Saint-Maurice Canada East

Defunct pre-Confederation electoral district
- Legislature: Legislative Assembly of the Province of Canada
- District created: 1841
- District abolished: 1867
- First contested: 1841
- Last contested: 1863

= Saint Maurice (Province of Canada electoral district) =

Electoral district in former Province of Canada

Saint Maurice was an electoral district of the Legislative Assembly of the Parliament of the Province of Canada, in Canada East, on the north shore of the Saint Lawrence River, between Montreal and Quebec City. It was created for the first Parliament in 1841, and was based on the previous electoral district of the same name for the Legislative Assembly of Lower Canada. It was represented by one member in the Legislative Assembly.

The electoral district lost some territory in the redistribution of 1853, when the district of Maskinongé was created, in part out of Saint Maurice. The district was abolished in 1867 upon the creation of Canada and the province of Quebec.

== Boundaries ==

The electoral district of Saint Maurice roughly covered the current Mauricie region of Quebec, except for the city of Trois-Rivières. The original boundaries were partially reduced in the 1853 redistribution, which created the new electoral district of Maskinongé from part of the Saint Maurice district.

The Union Act, 1840 had merged the two provinces of Upper Canada and Lower Canada into the Province of Canada, with a single Parliament. The separate parliaments of Lower Canada and Upper Canada were abolished. The Union Act provided that the pre-existing electoral boundaries of Lower Canada and Upper Canada would continue to be used in the new Parliament, unless altered by the Union Act itself.

The Saint Maurice electoral district of Lower Canada was not altered by the Act, and therefore continued with the same boundaries which had been set by a statute of Lower Canada in 1829:

The County of Saint Maurice shall be bounded on the north east by the County of Champlain, on the south west by the north east boundary of the fief du Sablé or York, to the depth of the said fief, and from thence on a line on the same course prolonged to the northern boundary of the Province, and on the south east by the River Saint Lawrence, together with all the islands in the said River Saint Lawrence nearest to the said County, and in whole or in part fronting the same; which County so bounded comprises the Seigniories of Sainte Marguerite, Saint Maurice, Pointe du Lac, Gatineau, Grosbois or Yamachiche, Rivière du Loup, Grand Pré, Fief Saint Jean and its augmentation, Masquinongé, Carufel and part of Lanaudière.
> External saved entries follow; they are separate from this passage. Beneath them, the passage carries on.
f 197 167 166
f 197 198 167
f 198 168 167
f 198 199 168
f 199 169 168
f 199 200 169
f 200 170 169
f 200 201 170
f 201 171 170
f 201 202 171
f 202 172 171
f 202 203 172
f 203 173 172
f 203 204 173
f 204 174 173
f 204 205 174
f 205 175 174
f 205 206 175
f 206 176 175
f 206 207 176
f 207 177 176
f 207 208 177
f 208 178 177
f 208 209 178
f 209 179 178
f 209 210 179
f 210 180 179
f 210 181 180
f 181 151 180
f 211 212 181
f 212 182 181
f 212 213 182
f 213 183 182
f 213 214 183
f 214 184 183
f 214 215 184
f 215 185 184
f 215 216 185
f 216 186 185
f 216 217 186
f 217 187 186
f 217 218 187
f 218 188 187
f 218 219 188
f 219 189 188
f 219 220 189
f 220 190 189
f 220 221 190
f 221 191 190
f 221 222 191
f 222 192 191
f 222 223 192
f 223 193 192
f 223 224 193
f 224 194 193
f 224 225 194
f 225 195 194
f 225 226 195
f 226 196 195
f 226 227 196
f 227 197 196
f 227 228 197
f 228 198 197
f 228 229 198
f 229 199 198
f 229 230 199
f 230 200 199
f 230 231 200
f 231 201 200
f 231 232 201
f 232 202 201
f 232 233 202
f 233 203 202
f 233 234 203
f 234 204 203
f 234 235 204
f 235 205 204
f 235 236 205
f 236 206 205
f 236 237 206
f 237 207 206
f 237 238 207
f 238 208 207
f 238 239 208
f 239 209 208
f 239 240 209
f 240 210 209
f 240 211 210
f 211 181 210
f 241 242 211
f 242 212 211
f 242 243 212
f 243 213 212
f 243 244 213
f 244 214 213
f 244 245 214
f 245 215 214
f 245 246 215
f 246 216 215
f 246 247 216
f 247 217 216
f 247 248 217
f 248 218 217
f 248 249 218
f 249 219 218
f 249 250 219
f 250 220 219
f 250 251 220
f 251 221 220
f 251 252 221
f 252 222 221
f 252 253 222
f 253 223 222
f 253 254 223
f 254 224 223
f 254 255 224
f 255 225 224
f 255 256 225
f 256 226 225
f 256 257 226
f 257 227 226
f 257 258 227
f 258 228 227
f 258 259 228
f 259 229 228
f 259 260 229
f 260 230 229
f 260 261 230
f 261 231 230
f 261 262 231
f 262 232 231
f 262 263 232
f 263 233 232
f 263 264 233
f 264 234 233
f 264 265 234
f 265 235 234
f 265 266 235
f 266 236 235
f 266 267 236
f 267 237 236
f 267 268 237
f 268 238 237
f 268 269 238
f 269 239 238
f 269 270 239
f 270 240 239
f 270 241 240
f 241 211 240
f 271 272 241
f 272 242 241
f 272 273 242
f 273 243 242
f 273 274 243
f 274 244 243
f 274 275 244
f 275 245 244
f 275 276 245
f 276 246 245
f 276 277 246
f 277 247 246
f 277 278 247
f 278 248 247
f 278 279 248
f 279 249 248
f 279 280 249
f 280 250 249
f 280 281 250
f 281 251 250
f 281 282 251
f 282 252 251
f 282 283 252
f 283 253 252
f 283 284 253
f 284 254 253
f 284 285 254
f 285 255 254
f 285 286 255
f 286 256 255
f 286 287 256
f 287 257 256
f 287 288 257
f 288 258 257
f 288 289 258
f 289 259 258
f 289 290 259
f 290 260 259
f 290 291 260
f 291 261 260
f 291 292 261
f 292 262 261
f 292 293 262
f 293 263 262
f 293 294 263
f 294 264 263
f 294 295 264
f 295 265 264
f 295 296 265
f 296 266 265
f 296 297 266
== Members of the Legislative Assembly (1841–1867) ==

Saint Maurice was a single-member constituency.

The following were the members of the Legislative Assembly for Saint Maurice. The party affiliations are based on the biographies of individual members given by the National Assembly of Quebec, as well as votes in the Legislative Assembly. "Party" was a fluid concept, especially during the early years of the Province of Canada.
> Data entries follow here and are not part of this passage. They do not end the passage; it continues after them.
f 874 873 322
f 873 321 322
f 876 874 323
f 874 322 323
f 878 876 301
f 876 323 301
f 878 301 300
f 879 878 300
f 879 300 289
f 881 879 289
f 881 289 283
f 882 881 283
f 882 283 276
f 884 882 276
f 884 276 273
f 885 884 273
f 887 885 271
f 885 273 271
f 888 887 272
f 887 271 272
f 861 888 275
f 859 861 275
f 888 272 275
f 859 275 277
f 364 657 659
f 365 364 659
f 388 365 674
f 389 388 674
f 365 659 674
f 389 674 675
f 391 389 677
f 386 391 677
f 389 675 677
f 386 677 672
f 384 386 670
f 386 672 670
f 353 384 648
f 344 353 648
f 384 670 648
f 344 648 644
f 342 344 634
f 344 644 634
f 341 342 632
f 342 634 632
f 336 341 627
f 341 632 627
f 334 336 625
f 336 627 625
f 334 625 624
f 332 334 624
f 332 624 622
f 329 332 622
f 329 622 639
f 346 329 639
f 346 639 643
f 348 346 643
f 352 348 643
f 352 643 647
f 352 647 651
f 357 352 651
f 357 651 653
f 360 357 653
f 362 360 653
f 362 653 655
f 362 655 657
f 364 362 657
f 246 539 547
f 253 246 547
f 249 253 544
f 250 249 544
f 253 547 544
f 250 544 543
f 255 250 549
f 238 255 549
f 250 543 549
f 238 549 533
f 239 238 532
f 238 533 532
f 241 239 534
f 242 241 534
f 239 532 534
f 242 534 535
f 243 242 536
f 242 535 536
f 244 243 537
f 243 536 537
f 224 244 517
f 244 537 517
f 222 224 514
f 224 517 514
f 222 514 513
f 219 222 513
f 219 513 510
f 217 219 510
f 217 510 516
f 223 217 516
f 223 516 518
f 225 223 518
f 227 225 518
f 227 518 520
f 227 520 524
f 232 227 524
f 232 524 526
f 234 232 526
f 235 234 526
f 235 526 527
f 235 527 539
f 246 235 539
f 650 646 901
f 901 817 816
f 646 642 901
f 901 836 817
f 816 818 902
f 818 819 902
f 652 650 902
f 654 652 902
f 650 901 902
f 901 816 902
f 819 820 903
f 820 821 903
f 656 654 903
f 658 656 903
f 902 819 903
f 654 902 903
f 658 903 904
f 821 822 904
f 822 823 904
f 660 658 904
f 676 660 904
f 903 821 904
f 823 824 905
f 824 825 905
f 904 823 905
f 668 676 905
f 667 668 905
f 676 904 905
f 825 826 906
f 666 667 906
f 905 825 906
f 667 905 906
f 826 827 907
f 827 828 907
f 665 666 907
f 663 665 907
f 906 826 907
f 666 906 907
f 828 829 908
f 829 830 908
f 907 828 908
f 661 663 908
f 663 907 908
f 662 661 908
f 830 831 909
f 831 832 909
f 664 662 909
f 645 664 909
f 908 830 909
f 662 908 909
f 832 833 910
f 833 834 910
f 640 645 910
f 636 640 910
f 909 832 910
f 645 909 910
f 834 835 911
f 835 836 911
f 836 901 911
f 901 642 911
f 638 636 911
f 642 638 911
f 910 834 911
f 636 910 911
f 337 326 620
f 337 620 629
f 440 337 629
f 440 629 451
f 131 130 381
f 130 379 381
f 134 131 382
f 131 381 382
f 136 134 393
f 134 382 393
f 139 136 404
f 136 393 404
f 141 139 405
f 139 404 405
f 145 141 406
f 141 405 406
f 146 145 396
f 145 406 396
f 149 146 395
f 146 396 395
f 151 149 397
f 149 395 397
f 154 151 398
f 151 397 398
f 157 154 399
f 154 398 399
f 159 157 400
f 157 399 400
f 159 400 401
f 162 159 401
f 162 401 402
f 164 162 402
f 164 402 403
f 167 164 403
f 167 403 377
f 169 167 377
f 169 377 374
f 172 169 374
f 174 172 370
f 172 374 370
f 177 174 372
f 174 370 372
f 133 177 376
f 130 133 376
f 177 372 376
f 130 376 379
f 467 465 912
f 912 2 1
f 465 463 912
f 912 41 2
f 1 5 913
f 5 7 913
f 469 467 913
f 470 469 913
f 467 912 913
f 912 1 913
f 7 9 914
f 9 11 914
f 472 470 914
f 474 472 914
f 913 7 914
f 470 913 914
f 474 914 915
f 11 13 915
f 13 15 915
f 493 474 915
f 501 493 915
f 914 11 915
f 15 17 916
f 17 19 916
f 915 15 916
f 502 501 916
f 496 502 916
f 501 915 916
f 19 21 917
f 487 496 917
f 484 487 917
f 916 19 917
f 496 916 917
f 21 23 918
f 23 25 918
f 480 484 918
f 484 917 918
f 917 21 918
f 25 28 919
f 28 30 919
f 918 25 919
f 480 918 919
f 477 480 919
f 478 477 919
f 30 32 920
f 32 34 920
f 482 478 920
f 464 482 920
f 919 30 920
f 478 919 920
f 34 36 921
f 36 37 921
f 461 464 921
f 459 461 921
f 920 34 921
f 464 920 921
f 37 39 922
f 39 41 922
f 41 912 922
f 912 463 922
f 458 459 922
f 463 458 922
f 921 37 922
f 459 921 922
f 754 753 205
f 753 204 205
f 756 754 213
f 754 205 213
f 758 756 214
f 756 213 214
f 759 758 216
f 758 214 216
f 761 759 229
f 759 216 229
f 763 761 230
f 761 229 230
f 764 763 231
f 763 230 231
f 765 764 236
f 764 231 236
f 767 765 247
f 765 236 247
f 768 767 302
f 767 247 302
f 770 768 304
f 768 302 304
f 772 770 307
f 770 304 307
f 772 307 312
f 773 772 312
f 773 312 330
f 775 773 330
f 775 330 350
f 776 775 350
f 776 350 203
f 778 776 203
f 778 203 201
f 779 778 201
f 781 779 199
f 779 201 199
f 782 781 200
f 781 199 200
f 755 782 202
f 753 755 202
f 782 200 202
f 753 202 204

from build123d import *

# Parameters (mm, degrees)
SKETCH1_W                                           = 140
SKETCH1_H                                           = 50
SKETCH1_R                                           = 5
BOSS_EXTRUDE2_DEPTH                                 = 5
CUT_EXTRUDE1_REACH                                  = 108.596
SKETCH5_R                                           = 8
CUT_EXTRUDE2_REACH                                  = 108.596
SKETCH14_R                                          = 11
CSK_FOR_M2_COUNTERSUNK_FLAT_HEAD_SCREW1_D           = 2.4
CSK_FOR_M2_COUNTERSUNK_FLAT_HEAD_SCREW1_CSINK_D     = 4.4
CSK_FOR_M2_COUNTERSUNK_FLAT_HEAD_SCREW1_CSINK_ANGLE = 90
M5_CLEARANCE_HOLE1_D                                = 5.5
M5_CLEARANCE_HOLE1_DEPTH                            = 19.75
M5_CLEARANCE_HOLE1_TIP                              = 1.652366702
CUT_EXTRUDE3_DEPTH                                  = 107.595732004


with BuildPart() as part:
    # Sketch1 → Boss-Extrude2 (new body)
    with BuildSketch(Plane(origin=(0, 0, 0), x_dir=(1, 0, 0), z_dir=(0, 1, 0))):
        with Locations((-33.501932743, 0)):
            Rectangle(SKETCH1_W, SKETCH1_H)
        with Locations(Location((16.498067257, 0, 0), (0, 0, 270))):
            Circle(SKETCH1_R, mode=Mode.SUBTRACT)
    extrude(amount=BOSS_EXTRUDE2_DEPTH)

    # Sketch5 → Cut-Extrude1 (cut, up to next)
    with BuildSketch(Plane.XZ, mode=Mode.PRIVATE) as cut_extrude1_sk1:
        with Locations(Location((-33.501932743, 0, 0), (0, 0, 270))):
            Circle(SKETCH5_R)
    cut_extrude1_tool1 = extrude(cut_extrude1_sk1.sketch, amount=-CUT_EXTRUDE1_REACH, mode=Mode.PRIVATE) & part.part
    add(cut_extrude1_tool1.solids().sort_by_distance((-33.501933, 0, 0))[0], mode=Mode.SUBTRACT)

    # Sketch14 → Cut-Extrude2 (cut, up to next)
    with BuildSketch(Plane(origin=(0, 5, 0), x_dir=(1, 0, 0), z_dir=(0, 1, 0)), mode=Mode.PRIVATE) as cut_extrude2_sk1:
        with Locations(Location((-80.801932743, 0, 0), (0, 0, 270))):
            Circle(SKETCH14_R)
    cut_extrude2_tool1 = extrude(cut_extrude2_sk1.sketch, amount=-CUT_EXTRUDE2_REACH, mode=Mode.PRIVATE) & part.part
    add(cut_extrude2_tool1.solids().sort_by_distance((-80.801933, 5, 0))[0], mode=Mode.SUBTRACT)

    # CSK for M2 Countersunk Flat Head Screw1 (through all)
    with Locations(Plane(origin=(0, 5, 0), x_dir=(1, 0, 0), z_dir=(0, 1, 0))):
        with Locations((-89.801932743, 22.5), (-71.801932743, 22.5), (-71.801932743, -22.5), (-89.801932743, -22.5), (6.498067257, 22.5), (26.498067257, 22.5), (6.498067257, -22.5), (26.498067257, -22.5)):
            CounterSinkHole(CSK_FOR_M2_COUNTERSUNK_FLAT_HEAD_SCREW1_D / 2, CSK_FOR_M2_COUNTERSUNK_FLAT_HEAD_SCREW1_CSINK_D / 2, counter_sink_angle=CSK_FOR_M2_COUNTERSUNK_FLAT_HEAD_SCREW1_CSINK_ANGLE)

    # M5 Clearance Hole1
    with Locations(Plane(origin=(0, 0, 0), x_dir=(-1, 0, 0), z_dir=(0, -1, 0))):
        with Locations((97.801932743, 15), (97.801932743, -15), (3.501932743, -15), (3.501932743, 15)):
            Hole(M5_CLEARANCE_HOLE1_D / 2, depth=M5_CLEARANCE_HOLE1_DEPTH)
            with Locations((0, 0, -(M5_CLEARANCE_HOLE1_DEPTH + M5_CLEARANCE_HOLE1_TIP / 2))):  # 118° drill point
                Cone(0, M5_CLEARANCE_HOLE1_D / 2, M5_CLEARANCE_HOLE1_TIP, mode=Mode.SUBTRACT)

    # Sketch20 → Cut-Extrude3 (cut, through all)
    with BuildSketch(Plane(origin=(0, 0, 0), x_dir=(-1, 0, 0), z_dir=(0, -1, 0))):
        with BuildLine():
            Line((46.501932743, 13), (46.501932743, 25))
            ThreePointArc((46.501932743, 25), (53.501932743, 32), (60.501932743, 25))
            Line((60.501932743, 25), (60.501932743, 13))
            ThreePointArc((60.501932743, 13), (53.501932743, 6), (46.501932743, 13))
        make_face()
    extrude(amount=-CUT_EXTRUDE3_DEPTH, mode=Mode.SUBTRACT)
| Parliament | Members |  | Years in Office | Party |  |  |
| 1st Parliament 1841–1844 | Joseph-Édouard Turcotte |  | 1841 | Anti-unionist; French-Canadian Group |  |  |
| 1842–1844 (by-election) | French-Canadian Group |  |  |
| 2nd Parliament 1844–1847 | François Lesieur Desaulniers |  | 1844–1847 | French-Canadian Group |  |  |
| 3rd Parliament 1848–1851 | Louis-Joseph Papineau |  | 1848–1851 | French-Canadian Group, then Liberal |  |  |
| 4th Parliament 1851–1854 | Joseph-Édouard Turcotte |  | 1851–1854 | Ministerialist |  |  |
| 5th Parliament 1854–1857 | Louis-Léon Lesieur Desaulniers |  | 1854–1863 | Bleu |  |  |
| 6th Parliament 1858–1861 |  |
| 7th Parliament 1862–1863 |  |
| 8th Parliament 1863–1867 | Charles Gérin-Lajoie |  | 1863–1867 | Anti-Confederation; Rouge |  |  |

== Redistribution and abolition ==

The Saint Maurice electoral district lost some of its original territory in the redistribution of seats in 1853, when the new electoral district of Maskinongé was created.

The district was abolished on July 1, 1867, when the British North America Act, 1867 came into force, splitting the Province of Canada into Quebec and Ontario. It was succeeded by electoral districts of the same name in the House of Commons of Canada and the Legislative Assembly of Quebec.